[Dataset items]
○ ○ ○ ○
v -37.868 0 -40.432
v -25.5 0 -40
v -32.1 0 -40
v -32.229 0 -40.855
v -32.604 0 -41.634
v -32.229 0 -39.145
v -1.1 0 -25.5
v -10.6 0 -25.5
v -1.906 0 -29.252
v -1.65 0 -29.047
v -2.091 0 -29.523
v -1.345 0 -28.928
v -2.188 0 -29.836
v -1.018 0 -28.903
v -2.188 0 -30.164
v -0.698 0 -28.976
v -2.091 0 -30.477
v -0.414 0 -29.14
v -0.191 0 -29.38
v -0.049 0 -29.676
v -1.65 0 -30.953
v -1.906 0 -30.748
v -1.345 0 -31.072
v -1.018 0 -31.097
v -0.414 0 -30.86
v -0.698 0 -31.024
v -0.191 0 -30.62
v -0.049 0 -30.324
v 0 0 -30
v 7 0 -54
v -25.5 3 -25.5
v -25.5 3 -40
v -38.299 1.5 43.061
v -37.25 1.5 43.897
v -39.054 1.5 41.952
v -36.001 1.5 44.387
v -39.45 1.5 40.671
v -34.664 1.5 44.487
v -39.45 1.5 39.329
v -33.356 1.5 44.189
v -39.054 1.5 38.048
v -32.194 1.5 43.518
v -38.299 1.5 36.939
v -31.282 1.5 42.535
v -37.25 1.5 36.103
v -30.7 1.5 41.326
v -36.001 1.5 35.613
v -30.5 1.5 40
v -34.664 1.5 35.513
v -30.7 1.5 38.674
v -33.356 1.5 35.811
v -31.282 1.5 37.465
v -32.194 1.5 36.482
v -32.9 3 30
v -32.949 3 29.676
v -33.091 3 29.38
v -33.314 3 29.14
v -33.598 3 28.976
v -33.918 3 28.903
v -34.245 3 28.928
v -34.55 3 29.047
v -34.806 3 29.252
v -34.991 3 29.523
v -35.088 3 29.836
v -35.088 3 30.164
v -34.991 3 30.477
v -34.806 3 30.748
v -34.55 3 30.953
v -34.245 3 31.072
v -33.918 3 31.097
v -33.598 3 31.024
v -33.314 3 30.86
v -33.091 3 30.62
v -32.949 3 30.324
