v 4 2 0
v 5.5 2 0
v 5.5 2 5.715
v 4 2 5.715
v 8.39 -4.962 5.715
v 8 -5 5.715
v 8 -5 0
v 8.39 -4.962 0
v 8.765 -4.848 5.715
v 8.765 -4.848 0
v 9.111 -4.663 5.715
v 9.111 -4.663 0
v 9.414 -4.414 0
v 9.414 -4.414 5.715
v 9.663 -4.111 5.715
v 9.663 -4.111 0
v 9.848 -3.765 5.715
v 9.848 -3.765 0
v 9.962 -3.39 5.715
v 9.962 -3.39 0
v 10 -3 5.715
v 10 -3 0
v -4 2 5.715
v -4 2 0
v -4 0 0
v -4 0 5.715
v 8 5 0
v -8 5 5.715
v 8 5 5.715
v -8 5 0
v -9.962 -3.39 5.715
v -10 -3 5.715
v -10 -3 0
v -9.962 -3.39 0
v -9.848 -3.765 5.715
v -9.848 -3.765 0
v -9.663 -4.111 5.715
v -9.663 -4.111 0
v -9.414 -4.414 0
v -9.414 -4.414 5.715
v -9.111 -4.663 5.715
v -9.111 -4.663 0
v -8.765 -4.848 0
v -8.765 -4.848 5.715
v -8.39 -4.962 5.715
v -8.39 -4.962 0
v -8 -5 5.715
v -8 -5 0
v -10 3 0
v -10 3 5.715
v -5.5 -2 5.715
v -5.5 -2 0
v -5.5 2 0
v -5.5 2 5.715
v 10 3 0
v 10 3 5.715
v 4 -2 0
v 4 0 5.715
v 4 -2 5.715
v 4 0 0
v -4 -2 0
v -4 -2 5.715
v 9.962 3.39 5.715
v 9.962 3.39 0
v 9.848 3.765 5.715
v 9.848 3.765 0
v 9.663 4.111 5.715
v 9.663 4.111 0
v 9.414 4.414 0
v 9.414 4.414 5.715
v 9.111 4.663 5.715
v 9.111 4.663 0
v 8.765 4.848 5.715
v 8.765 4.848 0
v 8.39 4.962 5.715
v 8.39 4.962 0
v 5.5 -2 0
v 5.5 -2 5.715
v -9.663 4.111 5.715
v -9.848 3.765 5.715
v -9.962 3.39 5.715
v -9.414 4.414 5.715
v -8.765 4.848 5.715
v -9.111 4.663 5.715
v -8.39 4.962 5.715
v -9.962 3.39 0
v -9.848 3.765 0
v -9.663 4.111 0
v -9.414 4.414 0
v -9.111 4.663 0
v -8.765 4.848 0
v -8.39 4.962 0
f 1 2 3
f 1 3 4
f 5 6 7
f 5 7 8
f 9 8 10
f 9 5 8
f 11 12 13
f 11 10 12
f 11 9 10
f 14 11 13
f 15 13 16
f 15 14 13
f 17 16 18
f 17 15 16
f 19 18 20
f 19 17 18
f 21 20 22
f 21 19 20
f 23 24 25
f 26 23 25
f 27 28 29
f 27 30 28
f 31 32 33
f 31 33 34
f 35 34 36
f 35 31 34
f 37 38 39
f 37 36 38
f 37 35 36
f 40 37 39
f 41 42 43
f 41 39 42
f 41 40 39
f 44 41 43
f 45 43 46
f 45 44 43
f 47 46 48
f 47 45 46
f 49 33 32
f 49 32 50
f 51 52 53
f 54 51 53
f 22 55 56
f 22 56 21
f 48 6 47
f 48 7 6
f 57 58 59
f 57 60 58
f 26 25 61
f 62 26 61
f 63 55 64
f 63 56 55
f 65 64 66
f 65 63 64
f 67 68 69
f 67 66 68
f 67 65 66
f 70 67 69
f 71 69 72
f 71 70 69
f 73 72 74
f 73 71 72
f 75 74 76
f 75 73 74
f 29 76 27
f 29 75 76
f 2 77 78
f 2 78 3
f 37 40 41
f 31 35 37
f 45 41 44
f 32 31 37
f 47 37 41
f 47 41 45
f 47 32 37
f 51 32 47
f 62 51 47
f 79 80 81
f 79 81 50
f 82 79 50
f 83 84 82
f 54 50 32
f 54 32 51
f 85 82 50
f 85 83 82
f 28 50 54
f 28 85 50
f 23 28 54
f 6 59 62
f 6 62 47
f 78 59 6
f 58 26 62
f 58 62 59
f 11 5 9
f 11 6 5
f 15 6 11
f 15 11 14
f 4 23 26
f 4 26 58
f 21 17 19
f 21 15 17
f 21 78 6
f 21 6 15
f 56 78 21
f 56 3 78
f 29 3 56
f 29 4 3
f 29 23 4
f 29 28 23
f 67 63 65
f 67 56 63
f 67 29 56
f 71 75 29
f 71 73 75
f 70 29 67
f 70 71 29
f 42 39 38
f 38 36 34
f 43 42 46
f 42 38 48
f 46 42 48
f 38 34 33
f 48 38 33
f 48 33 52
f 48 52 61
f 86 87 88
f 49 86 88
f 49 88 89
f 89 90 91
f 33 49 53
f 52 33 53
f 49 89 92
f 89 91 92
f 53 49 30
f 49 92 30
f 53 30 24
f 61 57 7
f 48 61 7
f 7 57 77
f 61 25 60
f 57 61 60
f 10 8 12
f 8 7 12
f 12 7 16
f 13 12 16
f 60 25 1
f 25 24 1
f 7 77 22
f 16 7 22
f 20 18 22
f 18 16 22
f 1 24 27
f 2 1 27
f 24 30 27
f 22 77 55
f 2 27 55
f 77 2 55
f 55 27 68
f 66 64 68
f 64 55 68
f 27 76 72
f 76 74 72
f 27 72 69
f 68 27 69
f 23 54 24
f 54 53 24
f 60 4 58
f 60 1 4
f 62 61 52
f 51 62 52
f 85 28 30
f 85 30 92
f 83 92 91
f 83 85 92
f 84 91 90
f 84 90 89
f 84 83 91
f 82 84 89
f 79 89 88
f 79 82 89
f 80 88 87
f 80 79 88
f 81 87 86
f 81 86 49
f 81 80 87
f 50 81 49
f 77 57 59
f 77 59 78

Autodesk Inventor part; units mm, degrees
ref_plane "YZ Plane" through (0, 0, 0) normal (1, 0, 0) x (0, 1, 0)
ref_plane "XZ Plane" through (0, 0, 0) normal (0, 1, 0) x (-1, 0, 0)
ref_plane "XY Plane" through (0, 0, 0) normal (0, 0, 1) x (1, 0, 0)
sketch "Sketch1" plane through (0, 0, 0) normal (0, 0, 1) x (1, 0, 0)
  line L0 (-10, 5) -> (10, 5)
  line L1 (10, 5) -> (10, -5)
  line L2 (10, -5) -> (-10, -5)
  line L3 (-10, -5) -> (-10, 5)
  line L4 (-5.5, 2) -> (-4, 2)
  line L5 (-4, 2) -> (-4, -2)
  line L6 (-4, -2) -> (-5.5, -2)
  line L7 (-5.5, -2) -> (-5.5, 2)
  line L8 (5.5, 2) -> (4, 2)
  line L9 (4, 2) -> (4, -2)
  line L10 (4, -2) -> (5.5, -2)
  line L11 (5.5, -2) -> (5.5, 2)
  line L12 (-4, 0) -> (4, 0)
  point P0 (0, 0)
  point P1 (-10, 0)
  point P2 (0, 5)
  point P3 (0, 0)
  dimension "d0" = 20
  dimension "d2" = 10
  dimension "d3" = 8
  dimension "d4" = 1.5
  dimension "d5" = 4
extrude "Extrusion1" add sketch "Sketch1" along normal blind 5.715
fillet "Fillet1" radius 2 4 edges at (-10, 5, 2.8575) (10, 5, 2.8575) (10, -5, 2.8575) (-10, -5, 2.8575)
properties part number "RETAINER"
○ ○ ○ ○
* [Task description]: Copy, exactly and only, the lines above that begin with the one containing "v -32.949 3 29.676" and finish with the one containing "v -9.848 -3.765 0".

* [Response to this exercise]:
v -32.949 3 29.676
v -33.091 3 29.38
v -33.314 3 29.14
v -33.598 3 28.976
v -33.918 3 28.903
v -34.245 3 28.928
v -34.55 3 29.047
v -34.806 3 29.252
v -34.991 3 29.523
v -35.088 3 29.836
v -35.088 3 30.164
v -34.991 3 30.477
v -34.806 3 30.748
v -34.55 3 30.953
v -34.245 3 31.072
v -33.918 3 31.097
v -33.598 3 31.024
v -33.314 3 30.86
v -33.091 3 30.62
v -32.949 3 30.324
v 4 2 0
v 5.5 2 0
v 5.5 2 5.715
v 4 2 5.715
v 8.39 -4.962 5.715
v 8 -5 5.715
v 8 -5 0
v 8.39 -4.962 0
v 8.765 -4.848 5.715
v 8.765 -4.848 0
v 9.111 -4.663 5.715
v 9.111 -4.663 0
v 9.414 -4.414 0
v 9.414 -4.414 5.715
v 9.663 -4.111 5.715
v 9.663 -4.111 0
v 9.848 -3.765 5.715
v 9.848 -3.765 0
v 9.962 -3.39 5.715
v 9.962 -3.39 0
v 10 -3 5.715
v 10 -3 0
v -4 2 5.715
v -4 2 0
v -4 0 0
v -4 0 5.715
v 8 5 0
v -8 5 5.715
v 8 5 5.715
v -8 5 0
v -9.962 -3.39 5.715
v -10 -3 5.715
v -10 -3 0
v -9.962 -3.39 0
v -9.848 -3.765 5.715
v -9.848 -3.765 0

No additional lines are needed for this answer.